Featured
Hee-Young Lim: Playing her way into a magical place


With pianist Nathalia Milstein
The renowned British cellist, Natalie Clein once said: “I am a great believer in music that takes time to unfold.” She was, of course, speaking of composition, but she could very well also be describing the process of maturation. And while there is no fixed time for discovery and/or development clearly, for some the milestones come very early and the whole process of progress often proceeds at the speed of light. This might certainly be the case for Miss Lim.
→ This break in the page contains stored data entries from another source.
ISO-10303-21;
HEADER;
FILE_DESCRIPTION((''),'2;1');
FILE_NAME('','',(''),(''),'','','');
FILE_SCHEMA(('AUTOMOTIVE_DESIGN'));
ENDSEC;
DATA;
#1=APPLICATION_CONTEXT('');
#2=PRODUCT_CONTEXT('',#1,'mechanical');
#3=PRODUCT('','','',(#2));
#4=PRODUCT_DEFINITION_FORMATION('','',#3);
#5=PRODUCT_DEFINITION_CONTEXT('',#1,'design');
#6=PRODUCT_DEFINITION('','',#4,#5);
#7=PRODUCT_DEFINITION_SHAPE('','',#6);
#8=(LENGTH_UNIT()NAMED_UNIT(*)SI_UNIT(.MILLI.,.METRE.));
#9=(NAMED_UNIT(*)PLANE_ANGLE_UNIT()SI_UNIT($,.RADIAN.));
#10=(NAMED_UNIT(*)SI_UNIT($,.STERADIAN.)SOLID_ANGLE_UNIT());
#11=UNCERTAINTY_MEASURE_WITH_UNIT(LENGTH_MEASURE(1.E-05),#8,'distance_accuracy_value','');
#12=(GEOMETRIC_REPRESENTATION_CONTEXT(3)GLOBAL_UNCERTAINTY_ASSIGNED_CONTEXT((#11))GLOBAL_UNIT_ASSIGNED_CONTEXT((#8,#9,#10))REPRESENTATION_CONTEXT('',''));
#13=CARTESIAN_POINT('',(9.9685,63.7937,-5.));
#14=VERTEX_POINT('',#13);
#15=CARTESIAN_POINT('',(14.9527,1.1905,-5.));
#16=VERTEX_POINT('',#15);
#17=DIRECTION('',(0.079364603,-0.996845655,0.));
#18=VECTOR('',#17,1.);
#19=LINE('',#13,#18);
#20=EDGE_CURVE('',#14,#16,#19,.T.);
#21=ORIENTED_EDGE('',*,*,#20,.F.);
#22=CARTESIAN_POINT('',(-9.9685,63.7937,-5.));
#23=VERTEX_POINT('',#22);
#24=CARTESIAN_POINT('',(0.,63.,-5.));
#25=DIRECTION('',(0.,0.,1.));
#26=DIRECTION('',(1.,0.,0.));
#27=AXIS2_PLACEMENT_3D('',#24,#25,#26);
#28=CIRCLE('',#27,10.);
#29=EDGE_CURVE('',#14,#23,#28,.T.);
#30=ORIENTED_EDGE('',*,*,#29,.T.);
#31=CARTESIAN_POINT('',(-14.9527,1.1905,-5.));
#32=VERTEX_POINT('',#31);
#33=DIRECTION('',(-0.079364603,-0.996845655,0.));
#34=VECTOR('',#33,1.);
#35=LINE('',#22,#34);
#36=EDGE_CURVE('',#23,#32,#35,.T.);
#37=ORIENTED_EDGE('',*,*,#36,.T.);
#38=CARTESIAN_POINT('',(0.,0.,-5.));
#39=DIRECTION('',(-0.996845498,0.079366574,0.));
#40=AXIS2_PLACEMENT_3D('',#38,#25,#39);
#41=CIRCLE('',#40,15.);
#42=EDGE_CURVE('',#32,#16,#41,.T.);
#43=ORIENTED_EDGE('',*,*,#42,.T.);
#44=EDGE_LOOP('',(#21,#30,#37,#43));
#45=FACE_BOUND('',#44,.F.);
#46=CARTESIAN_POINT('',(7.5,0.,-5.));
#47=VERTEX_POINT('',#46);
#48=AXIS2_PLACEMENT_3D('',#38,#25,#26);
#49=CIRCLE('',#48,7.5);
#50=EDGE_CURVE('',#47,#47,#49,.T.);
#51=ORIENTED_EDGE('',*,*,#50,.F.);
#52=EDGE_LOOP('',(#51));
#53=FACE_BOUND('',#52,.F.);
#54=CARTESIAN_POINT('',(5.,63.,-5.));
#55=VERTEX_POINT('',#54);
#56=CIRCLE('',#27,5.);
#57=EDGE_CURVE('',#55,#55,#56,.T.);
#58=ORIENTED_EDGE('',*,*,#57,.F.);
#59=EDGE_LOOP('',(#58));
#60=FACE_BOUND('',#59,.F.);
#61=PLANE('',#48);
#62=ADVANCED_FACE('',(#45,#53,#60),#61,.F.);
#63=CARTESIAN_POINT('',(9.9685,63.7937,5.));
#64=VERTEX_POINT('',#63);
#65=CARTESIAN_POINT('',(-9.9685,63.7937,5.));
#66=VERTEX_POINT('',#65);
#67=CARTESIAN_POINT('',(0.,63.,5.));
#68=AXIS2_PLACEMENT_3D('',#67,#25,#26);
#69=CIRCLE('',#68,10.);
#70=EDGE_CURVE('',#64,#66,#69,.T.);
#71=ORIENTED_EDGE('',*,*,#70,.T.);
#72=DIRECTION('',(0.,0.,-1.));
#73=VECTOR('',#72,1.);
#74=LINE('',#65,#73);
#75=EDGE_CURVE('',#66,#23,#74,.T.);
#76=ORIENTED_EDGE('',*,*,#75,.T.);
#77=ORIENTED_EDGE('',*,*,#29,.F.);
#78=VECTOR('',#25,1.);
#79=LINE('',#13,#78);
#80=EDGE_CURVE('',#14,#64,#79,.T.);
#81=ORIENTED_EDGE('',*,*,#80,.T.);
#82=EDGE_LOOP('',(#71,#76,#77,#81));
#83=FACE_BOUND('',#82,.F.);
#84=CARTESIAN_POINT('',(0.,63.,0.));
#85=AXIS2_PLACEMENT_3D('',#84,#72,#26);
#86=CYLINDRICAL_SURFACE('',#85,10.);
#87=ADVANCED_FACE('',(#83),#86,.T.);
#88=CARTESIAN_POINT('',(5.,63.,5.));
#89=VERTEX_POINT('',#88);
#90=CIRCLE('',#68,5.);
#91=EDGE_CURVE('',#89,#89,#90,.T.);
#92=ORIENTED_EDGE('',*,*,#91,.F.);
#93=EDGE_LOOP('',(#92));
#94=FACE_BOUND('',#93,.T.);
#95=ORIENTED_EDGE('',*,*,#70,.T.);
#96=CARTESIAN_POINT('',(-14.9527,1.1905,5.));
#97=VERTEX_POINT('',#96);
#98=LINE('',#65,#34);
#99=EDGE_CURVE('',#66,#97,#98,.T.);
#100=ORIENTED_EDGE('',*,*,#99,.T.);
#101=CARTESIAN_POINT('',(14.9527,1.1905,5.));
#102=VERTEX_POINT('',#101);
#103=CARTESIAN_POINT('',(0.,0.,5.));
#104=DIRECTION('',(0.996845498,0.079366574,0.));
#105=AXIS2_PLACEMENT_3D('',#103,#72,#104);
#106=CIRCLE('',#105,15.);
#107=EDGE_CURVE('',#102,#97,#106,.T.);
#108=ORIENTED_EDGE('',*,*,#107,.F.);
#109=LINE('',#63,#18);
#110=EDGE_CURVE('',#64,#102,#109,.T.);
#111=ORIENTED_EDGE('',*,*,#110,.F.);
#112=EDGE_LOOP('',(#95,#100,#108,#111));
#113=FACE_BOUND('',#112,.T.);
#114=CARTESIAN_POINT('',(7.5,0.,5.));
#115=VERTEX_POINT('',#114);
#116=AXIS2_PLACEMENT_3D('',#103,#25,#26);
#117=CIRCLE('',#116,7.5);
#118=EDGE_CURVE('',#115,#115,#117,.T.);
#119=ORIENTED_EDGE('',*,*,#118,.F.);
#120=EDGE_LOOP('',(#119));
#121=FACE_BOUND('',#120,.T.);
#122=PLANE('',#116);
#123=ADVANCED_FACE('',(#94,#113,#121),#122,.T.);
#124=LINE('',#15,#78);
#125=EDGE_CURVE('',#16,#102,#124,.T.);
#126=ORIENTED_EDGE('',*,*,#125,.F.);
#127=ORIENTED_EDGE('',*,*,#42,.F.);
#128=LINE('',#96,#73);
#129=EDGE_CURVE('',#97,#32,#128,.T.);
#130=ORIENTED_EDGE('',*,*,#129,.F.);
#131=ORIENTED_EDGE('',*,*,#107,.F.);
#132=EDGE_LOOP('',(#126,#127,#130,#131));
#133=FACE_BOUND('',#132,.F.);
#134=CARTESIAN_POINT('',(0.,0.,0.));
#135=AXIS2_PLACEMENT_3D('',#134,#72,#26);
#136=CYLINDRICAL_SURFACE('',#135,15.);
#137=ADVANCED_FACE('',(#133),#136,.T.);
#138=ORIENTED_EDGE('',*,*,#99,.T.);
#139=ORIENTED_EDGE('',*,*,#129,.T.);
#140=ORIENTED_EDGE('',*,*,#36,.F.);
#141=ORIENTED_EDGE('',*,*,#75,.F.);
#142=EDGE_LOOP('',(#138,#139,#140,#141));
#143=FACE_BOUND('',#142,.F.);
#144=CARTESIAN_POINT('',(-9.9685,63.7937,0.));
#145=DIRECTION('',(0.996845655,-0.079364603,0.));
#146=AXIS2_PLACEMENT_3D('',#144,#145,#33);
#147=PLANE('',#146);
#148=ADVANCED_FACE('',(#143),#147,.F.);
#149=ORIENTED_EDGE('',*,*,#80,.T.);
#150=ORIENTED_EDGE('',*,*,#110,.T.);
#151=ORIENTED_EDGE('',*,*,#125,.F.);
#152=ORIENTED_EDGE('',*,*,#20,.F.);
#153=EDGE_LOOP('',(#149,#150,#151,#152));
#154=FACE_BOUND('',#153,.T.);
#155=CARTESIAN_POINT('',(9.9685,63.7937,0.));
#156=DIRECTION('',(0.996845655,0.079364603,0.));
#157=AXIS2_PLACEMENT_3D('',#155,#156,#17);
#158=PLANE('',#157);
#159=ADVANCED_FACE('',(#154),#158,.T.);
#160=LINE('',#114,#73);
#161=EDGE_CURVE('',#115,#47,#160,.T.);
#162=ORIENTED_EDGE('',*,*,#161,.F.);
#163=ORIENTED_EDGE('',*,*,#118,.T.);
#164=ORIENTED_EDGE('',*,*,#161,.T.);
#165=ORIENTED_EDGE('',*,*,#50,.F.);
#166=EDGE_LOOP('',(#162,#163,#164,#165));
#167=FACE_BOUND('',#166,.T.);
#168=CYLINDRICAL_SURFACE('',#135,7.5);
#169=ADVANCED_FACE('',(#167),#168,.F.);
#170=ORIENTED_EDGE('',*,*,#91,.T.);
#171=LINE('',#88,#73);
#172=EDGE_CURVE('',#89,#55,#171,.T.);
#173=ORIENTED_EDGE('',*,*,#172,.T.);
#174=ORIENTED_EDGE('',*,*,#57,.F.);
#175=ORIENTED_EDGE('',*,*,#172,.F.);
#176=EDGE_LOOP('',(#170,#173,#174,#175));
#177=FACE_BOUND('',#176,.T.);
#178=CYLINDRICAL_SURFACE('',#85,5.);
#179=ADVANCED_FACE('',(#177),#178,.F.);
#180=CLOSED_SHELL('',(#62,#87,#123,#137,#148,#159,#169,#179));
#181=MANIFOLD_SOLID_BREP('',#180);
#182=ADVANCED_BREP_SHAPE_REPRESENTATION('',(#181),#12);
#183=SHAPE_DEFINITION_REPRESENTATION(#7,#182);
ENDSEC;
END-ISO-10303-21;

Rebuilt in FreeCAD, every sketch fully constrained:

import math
import FreeCAD as App
import Part
import Sketcher
from FreeCAD import Vector
Q = App.Units.Quantity

doc = App.newDocument("Part")
body = doc.addObject("PartDesign::Body", "Body")

# Sketch on XY plane
sketch1 = body.newObject("Sketcher::SketchObject", "Sketch")
sketch1.AttachmentSupport = (doc.getObject("XY_Plane"), [""])
sketch1.MapMode = "FlatFace"
sketch1.addGeometry(Part.ArcOfCircle(Part.Circle(Vector(0, 0, 0), Vector(0, 0, 1), 15), math.radians(175), math.radians(365)), False)
sketch1.addGeometry(Part.LineSegment(Vector(15, 1, 0), Vector(10, 64, 0)), False)
sketch1.addGeometry(Part.ArcOfCircle(Part.Circle(Vector(0, 63, 0), Vector(0, 0, 1), 10), math.radians(5), math.radians(175)), False)
sketch1.addGeometry(Part.LineSegment(Vector(-10, 64, 0), Vector(-15, 1, 0)), False)
sketch1.addGeometry(Part.Circle(Vector(0, 0, 0), Vector(0, 0, 1), 8), False)
sketch1.addGeometry(Part.Circle(Vector(0, 63, 0), Vector(0, 0, 1), 5), False)
sketch1.addConstraint(Sketcher.Constraint("Tangent", 0, 2, 1, 1))
sketch1.addConstraint(Sketcher.Constraint("Tangent", 1, 2, 2, 1))
sketch1.addConstraint(Sketcher.Constraint("Tangent", 2, 2, 3, 1))
sketch1.addConstraint(Sketcher.Constraint("Tangent", 3, 2, 0, 1))
sketch1.addConstraint(Sketcher.Constraint("Coincident", 0, 3, -1, 1))
sketch1.addConstraint(Sketcher.Constraint("Coincident", 4, 3, -1, 1))
sketch1.addConstraint(Sketcher.Constraint("Coincident", 5, 3, 2, 3))
sketch1.addConstraint(Sketcher.Constraint("PointOnObject", 2, 3, -2))
sketch1.addConstraint(Sketcher.Constraint("Diameter", 4, Q("15 mm")))
sketch1.addConstraint(Sketcher.Constraint("Diameter", 5, Q("10 mm")))
sketch1.addConstraint(Sketcher.Constraint("Radius", 0, Q("15 mm")))
sketch1.addConstraint(Sketcher.Constraint("Radius", 2, Q("10 mm")))
sketch1.addConstraint(Sketcher.Constraint("DistanceY", -1, 1, 2, 3, Q("63 mm")))
pad1 = body.newObject("PartDesign::Pad", "Pad")
pad1.Profile = sketch1
pad1.Length = 10
pad1.Midplane = True

doc.recompute()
Listening to her second Sony Classical disc, a duo performance with pianist Nathalia Milstein; of Russian Cello Sonatas – Rachmaninov and Prokofiev I had a feeling of almost light-headed wonderment. How brave, I thought, for someone so young to attempt such difficult, late work by these two Great Russian composers. I understood that her unique genius might enable her to play these works, of course, but to be able to rise to the challenge of attempting such diabolically demanding music – and that too, in the case of the Prokofiev, at least – written for a famously uneven partnership between piano and cello… this was something almost unbelievable.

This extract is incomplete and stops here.